EXERCISE INSTRUCTIONS: Although the data below holds other lines too, output only those from the line with "f 386 290 292" up to and including the line with "f 399 398 304", exactly as they appear.

MATERIAL PROVIDED:
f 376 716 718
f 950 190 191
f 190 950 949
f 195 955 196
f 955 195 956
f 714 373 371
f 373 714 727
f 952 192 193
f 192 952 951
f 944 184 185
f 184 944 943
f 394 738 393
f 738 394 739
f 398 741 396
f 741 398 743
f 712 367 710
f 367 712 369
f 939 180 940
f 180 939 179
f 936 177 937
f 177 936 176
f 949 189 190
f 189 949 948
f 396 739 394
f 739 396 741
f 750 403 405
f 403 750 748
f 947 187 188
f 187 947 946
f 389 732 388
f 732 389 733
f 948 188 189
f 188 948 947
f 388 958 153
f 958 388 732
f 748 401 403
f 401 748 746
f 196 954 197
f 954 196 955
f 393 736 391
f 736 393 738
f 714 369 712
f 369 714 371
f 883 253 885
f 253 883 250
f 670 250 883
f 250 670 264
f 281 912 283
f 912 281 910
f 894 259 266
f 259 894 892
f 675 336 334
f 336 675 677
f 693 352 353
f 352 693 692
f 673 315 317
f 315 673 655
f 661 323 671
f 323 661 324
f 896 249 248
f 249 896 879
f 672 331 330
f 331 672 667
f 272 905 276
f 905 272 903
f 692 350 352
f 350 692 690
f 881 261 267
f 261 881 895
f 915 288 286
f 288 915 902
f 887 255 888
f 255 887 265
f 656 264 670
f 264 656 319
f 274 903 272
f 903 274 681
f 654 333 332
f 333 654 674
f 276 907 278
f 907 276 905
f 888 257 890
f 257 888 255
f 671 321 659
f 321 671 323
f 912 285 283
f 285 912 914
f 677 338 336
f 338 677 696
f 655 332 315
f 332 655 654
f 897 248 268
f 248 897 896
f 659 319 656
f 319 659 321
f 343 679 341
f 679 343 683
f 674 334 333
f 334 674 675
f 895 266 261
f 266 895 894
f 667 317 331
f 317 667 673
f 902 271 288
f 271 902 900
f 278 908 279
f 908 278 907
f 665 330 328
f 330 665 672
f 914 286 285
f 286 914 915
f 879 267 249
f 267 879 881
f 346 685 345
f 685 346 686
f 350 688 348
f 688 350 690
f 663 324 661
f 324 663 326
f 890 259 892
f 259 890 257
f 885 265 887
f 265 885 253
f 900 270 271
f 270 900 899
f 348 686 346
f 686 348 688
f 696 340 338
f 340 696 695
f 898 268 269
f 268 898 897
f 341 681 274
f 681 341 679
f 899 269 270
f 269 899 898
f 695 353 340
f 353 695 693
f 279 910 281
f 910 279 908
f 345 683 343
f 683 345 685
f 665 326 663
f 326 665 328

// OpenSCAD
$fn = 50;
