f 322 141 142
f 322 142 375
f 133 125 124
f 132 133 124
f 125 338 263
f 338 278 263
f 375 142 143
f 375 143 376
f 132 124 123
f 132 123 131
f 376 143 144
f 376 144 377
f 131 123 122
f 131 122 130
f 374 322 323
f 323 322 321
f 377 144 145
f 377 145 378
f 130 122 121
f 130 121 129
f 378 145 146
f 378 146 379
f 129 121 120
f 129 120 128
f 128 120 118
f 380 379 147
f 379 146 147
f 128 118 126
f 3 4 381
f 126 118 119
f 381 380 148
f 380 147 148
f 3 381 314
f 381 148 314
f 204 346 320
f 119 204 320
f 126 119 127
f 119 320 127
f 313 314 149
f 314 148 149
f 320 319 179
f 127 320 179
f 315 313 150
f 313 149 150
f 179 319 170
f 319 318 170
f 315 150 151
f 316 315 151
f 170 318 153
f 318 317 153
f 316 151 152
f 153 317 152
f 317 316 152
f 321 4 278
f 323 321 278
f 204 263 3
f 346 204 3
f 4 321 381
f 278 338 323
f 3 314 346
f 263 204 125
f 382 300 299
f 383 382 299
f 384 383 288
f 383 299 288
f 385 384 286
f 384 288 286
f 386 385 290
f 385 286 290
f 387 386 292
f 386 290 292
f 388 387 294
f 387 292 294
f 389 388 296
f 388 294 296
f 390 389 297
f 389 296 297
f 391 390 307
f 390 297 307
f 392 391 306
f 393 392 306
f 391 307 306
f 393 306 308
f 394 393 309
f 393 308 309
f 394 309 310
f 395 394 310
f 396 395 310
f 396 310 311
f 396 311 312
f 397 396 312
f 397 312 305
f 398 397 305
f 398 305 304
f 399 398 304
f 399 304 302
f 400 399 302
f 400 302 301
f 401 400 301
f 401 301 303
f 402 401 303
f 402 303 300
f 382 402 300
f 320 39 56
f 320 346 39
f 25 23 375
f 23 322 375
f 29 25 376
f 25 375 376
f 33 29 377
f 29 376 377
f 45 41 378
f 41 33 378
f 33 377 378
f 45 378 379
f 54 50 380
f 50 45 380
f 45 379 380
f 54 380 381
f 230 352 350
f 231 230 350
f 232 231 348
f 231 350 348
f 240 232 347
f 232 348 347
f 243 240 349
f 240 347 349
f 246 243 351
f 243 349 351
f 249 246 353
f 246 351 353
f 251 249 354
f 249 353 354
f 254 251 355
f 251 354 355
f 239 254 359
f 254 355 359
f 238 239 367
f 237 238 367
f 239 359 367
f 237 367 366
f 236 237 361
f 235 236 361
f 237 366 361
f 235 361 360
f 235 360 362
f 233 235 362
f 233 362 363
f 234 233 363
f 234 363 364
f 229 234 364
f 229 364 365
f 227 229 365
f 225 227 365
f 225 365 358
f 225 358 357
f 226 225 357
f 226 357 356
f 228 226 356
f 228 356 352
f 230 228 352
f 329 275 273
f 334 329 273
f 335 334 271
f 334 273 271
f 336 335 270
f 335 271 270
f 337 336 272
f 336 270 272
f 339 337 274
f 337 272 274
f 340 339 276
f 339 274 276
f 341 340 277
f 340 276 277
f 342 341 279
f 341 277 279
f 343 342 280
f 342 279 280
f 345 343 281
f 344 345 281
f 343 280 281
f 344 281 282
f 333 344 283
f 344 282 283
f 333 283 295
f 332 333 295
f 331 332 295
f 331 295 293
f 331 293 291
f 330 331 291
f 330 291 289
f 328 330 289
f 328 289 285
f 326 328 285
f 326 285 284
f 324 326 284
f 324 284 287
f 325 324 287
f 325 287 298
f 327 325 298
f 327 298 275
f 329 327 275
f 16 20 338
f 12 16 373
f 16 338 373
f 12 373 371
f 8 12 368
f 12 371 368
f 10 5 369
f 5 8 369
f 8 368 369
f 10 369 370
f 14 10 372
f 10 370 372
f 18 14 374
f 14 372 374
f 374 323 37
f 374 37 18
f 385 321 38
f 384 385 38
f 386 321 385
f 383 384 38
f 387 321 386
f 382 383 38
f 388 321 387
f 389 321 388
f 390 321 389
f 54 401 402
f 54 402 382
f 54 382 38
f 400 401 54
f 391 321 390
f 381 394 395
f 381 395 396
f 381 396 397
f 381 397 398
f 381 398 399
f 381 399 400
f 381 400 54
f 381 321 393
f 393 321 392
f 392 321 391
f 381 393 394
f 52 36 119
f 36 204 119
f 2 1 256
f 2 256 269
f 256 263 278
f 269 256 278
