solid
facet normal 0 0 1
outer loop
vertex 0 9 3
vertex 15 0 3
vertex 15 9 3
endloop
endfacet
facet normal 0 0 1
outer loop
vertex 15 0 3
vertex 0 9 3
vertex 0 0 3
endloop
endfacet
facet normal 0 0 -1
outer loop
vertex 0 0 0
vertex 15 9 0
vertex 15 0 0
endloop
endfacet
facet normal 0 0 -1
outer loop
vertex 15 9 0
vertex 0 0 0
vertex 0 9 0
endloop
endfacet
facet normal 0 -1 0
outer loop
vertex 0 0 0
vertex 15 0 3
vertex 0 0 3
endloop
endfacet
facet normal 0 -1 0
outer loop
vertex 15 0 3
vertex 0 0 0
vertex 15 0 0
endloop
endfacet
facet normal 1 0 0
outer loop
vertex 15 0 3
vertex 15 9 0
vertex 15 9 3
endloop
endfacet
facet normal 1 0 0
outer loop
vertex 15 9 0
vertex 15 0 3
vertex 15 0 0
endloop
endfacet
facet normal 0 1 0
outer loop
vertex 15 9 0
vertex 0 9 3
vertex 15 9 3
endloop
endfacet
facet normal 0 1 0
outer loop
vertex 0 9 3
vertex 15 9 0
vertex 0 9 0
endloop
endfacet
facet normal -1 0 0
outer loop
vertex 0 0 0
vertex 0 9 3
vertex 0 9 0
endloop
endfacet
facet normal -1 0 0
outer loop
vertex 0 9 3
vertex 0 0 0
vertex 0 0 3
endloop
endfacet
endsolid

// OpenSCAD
// Generated by SolidPython 1.0.1 on 2020-07-29 00:46:55


cube(size = [15, 9, 3]);
/***********************************************
*********      SolidPython code:      **********
************************************************
 
# import packages: SolidPython
from solid import *
from solid.utils import *
from itertools import chain, combinations, permutations


class Resize:

    def __init__(self, scad_file):
        self.scad_file = scad_file
        #self.scad_file = import_scad(scad_file)
        # cone/cylinder param:
        self.r1 = 0
        self.r2 = 0
        self.h = 0
        # rectangular prism param:
        self.w = 0
        self.l = 0
        # ellipse param:
        self.r = 0

    # import OpenScad code (file name corresponds to shape)


    # classify shape + parameters
    def assign(self, param1, param2, param3):
        if self.scad_file == 'cone.scad':
            self.r1 = param1
            self.r2 = param2
            self.h = param3
        elif self.scad_file == 'cylinder.scad':
            self.r1 = param1
            self.r2 = param2
            self.h = param3
        elif self.scad_file == 'rectangularPrism.scad':
            self.h = param1
            self.l = param2
            self.w = param3
        else:
            self.r = param1
            self.h = param2

    # resize parameters
    def iterate(self):
        x = range(3, 20, 2)
        i = 1
        if self.scad_file == 'cone.scad':
            tempList = list(permutations(x, 2))
            for temp in tempList:
                param1 = temp[0]
                param2 = temp[1]
                filepath = 'produced_scad_files/' + 'cone' + str(param1) + '_' + str(param2) + '_' + '.scad'
                scad_render_to_file(cylinder(h=param1, r1=param2, r2=0), filepath)

        elif self.scad_file == 'cylinder.scad':
            tempList = list(permutations(x, 3))
            for temp in tempList:
                param1 = temp[0]
                param2 = temp[1]
                filepath = 'produced_scad_files/' + 'cylinder' + str(param1) + '_' + str(param2) + '_' + '.scad'
                scad_render_to_file(cylinder(h=param1, r1=param2, r2=param2), filepath)

        elif self.scad_file == 'rectangularPrism.scad':
            tempList = list(permutations(x, 3))
            for temp in tempList:
                param1 = temp[0]
                param2 = temp[1]
                param3 = temp[2]
                filepath = 'produced_scad_files/' + 'rectangularPrism' + str(param1) + '_' + str(param2) + '_' + str(
                    param3) + '.scad'
                scad_render_to_file(cube(size=(param1, param2, param3)), filepath)

        elif self.scad_file == 'ellipse.scad':
            tempList = list(permutations(x, 4))
            for temp in tempList:
                param1 = temp[0]
                param2 = temp[1]
                param3 = temp[2]
                param4 = temp[3]
                filepath = 'produced_scad_files/' + 'ellipse' + str(param1) + '_' + str(param2) + '_' + str(param3) + '_' + str(param4) + '.scad'
                scad_render_to_file(scale([param1, param2, param3])(sphere(r=param4)), filepath)

    def render_to_scadfile(self):
        scad_render_to_file(scad, 'example.scad') 
 
************************************************/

SOLUTION:
f 386 290 292
f 388 387 294
f 387 292 294
f 389 388 296
f 388 294 296
f 390 389 297
f 389 296 297
f 391 390 307
f 390 297 307
f 392 391 306
f 393 392 306
f 391 307 306
f 393 306 308
f 394 393 309
f 393 308 309
f 394 309 310
f 395 394 310
f 396 395 310
f 396 310 311
f 396 311 312
f 397 396 312
f 397 312 305
f 398 397 305
f 398 305 304
f 399 398 304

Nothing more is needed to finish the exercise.